- [Problem]
Beginning with the first line of the data below, extract each line up to and including the one containing "#45=VERTEX_POINT('',#44);". Copy them exactly and add nothing.

[Stored data entries]

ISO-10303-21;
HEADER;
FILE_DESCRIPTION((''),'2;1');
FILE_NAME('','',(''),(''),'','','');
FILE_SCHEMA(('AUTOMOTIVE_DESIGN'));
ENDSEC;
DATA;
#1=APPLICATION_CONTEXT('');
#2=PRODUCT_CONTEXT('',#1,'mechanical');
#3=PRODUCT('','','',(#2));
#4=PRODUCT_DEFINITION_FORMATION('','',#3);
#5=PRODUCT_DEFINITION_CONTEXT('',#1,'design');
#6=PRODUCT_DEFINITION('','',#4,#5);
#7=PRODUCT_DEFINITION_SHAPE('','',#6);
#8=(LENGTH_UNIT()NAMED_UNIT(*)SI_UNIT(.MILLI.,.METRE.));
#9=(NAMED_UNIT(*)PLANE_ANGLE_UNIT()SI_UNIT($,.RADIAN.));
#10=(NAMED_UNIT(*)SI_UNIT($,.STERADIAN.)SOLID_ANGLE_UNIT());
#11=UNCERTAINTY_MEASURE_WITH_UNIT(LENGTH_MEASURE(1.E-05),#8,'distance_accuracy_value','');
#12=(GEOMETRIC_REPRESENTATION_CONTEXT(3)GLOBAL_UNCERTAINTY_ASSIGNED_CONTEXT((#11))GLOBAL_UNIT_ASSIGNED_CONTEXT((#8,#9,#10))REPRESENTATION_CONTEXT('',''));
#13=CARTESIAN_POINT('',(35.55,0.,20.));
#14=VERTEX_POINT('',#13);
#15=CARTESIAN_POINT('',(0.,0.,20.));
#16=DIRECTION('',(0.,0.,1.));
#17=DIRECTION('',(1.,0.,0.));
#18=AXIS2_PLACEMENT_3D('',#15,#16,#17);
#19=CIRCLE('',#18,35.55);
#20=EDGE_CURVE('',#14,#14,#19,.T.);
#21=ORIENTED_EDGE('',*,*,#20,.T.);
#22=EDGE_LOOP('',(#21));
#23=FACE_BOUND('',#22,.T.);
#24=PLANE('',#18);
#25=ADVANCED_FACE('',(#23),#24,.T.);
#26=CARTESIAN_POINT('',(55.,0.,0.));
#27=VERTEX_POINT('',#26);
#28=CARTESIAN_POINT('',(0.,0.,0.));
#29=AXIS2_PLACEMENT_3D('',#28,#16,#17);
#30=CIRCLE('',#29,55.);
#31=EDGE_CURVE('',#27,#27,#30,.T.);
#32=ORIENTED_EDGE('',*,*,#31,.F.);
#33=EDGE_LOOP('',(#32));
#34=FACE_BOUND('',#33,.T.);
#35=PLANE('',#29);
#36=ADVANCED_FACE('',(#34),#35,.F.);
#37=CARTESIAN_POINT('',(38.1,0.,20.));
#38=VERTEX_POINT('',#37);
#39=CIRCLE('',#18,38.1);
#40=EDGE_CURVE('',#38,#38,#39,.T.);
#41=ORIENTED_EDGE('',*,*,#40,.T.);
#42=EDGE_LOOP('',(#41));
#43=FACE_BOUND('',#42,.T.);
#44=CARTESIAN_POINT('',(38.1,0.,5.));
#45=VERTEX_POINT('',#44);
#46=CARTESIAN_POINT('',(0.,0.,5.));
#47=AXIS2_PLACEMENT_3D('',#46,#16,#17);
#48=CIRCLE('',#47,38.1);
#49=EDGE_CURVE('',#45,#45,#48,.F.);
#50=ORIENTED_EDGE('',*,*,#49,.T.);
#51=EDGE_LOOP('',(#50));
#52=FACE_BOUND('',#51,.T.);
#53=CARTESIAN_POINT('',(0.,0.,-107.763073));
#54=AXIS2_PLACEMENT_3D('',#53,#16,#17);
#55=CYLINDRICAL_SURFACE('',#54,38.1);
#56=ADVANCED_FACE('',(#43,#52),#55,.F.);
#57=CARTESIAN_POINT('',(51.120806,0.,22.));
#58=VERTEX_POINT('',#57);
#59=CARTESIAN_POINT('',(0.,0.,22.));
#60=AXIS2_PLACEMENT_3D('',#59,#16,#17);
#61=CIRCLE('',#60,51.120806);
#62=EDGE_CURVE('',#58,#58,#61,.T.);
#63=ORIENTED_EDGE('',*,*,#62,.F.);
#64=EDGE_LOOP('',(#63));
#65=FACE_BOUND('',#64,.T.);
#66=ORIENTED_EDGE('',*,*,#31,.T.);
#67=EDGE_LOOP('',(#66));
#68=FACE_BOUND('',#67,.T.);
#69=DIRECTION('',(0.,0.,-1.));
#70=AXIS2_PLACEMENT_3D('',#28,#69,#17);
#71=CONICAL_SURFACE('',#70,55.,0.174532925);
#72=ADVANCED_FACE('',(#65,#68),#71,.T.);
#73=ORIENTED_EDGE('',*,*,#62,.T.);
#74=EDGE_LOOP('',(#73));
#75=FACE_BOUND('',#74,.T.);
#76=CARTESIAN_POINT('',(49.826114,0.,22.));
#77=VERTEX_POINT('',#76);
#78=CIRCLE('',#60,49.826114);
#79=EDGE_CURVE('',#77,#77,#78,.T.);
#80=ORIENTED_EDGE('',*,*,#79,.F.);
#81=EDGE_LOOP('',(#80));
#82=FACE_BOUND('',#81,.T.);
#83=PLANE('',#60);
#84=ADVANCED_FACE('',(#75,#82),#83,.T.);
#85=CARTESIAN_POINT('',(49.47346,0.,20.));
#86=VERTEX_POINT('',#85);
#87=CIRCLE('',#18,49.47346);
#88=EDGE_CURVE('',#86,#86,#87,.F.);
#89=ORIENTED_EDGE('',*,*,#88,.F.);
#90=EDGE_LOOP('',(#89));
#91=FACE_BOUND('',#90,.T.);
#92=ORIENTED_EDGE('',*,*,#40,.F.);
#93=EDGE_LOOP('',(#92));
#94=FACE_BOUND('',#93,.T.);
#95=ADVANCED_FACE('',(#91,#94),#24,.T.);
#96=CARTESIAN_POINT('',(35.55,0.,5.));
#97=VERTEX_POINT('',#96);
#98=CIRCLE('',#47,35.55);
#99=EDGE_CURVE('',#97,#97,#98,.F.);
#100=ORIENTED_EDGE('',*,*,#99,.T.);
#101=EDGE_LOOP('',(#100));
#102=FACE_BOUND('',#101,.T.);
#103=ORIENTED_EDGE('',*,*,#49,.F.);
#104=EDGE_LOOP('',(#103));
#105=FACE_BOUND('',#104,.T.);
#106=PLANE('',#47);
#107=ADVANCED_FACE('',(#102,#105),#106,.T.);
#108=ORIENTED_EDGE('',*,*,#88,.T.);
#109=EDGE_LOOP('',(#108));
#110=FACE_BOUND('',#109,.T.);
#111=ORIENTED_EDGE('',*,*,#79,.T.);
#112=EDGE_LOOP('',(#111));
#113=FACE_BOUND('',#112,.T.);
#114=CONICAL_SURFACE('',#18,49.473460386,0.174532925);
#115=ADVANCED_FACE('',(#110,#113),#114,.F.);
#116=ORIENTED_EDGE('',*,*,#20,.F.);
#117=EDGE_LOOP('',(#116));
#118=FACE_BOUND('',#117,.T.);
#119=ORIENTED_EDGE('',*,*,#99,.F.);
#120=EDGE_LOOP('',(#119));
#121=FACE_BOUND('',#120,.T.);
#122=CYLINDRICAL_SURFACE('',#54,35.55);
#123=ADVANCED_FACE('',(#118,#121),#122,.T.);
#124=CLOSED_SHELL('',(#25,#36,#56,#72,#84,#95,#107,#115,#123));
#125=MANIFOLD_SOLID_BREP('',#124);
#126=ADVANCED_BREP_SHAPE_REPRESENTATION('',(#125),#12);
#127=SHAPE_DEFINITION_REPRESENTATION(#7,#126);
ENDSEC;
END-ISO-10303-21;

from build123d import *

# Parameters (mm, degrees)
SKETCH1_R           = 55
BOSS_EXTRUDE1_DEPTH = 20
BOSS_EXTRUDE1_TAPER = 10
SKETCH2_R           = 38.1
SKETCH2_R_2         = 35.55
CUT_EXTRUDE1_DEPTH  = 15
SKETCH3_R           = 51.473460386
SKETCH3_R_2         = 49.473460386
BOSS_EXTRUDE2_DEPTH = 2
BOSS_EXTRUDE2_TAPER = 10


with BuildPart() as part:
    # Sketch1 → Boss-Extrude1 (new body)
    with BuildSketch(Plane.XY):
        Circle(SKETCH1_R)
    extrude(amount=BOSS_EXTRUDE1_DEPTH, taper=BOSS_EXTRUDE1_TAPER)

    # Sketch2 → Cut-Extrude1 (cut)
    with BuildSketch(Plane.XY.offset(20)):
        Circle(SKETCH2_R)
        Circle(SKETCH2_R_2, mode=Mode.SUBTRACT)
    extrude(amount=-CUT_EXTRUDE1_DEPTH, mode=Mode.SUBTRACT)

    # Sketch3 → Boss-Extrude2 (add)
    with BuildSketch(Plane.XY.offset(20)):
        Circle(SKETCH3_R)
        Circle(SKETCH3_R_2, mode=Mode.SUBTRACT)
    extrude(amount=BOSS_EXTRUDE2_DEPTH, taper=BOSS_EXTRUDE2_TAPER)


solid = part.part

- [Response]
ISO-10303-21;
HEADER;
FILE_DESCRIPTION((''),'2;1');
FILE_NAME('','',(''),(''),'','','');
FILE_SCHEMA(('AUTOMOTIVE_DESIGN'));
ENDSEC;
DATA;
#1=APPLICATION_CONTEXT('');
#2=PRODUCT_CONTEXT('',#1,'mechanical');
#3=PRODUCT('','','',(#2));
#4=PRODUCT_DEFINITION_FORMATION('','',#3);
#5=PRODUCT_DEFINITION_CONTEXT('',#1,'design');
#6=PRODUCT_DEFINITION('','',#4,#5);
#7=PRODUCT_DEFINITION_SHAPE('','',#6);
#8=(LENGTH_UNIT()NAMED_UNIT(*)SI_UNIT(.MILLI.,.METRE.));
#9=(NAMED_UNIT(*)PLANE_ANGLE_UNIT()SI_UNIT($,.RADIAN.));
#10=(NAMED_UNIT(*)SI_UNIT($,.STERADIAN.)SOLID_ANGLE_UNIT());
#11=UNCERTAINTY_MEASURE_WITH_UNIT(LENGTH_MEASURE(1.E-05),#8,'distance_accuracy_value','');
#12=(GEOMETRIC_REPRESENTATION_CONTEXT(3)GLOBAL_UNCERTAINTY_ASSIGNED_CONTEXT((#11))GLOBAL_UNIT_ASSIGNED_CONTEXT((#8,#9,#10))REPRESENTATION_CONTEXT('',''));
#13=CARTESIAN_POINT('',(35.55,0.,20.));
#14=VERTEX_POINT('',#13);
#15=CARTESIAN_POINT('',(0.,0.,20.));
#16=DIRECTION('',(0.,0.,1.));
#17=DIRECTION('',(1.,0.,0.));
#18=AXIS2_PLACEMENT_3D('',#15,#16,#17);
#19=CIRCLE('',#18,35.55);
#20=EDGE_CURVE('',#14,#14,#19,.T.);
#21=ORIENTED_EDGE('',*,*,#20,.T.);
#22=EDGE_LOOP('',(#21));
#23=FACE_BOUND('',#22,.T.);
#24=PLANE('',#18);
#25=ADVANCED_FACE('',(#23),#24,.T.);
#26=CARTESIAN_POINT('',(55.,0.,0.));
#27=VERTEX_POINT('',#26);
#28=CARTESIAN_POINT('',(0.,0.,0.));
#29=AXIS2_PLACEMENT_3D('',#28,#16,#17);
#30=CIRCLE('',#29,55.);
#31=EDGE_CURVE('',#27,#27,#30,.T.);
#32=ORIENTED_EDGE('',*,*,#31,.F.);
#33=EDGE_LOOP('',(#32));
#34=FACE_BOUND('',#33,.T.);
#35=PLANE('',#29);
#36=ADVANCED_FACE('',(#34),#35,.F.);
#37=CARTESIAN_POINT('',(38.1,0.,20.));
#38=VERTEX_POINT('',#37);
#39=CIRCLE('',#18,38.1);
#40=EDGE_CURVE('',#38,#38,#39,.T.);
#41=ORIENTED_EDGE('',*,*,#40,.T.);
#42=EDGE_LOOP('',(#41));
#43=FACE_BOUND('',#42,.T.);
#44=CARTESIAN_POINT('',(38.1,0.,5.));
#45=VERTEX_POINT('',#44);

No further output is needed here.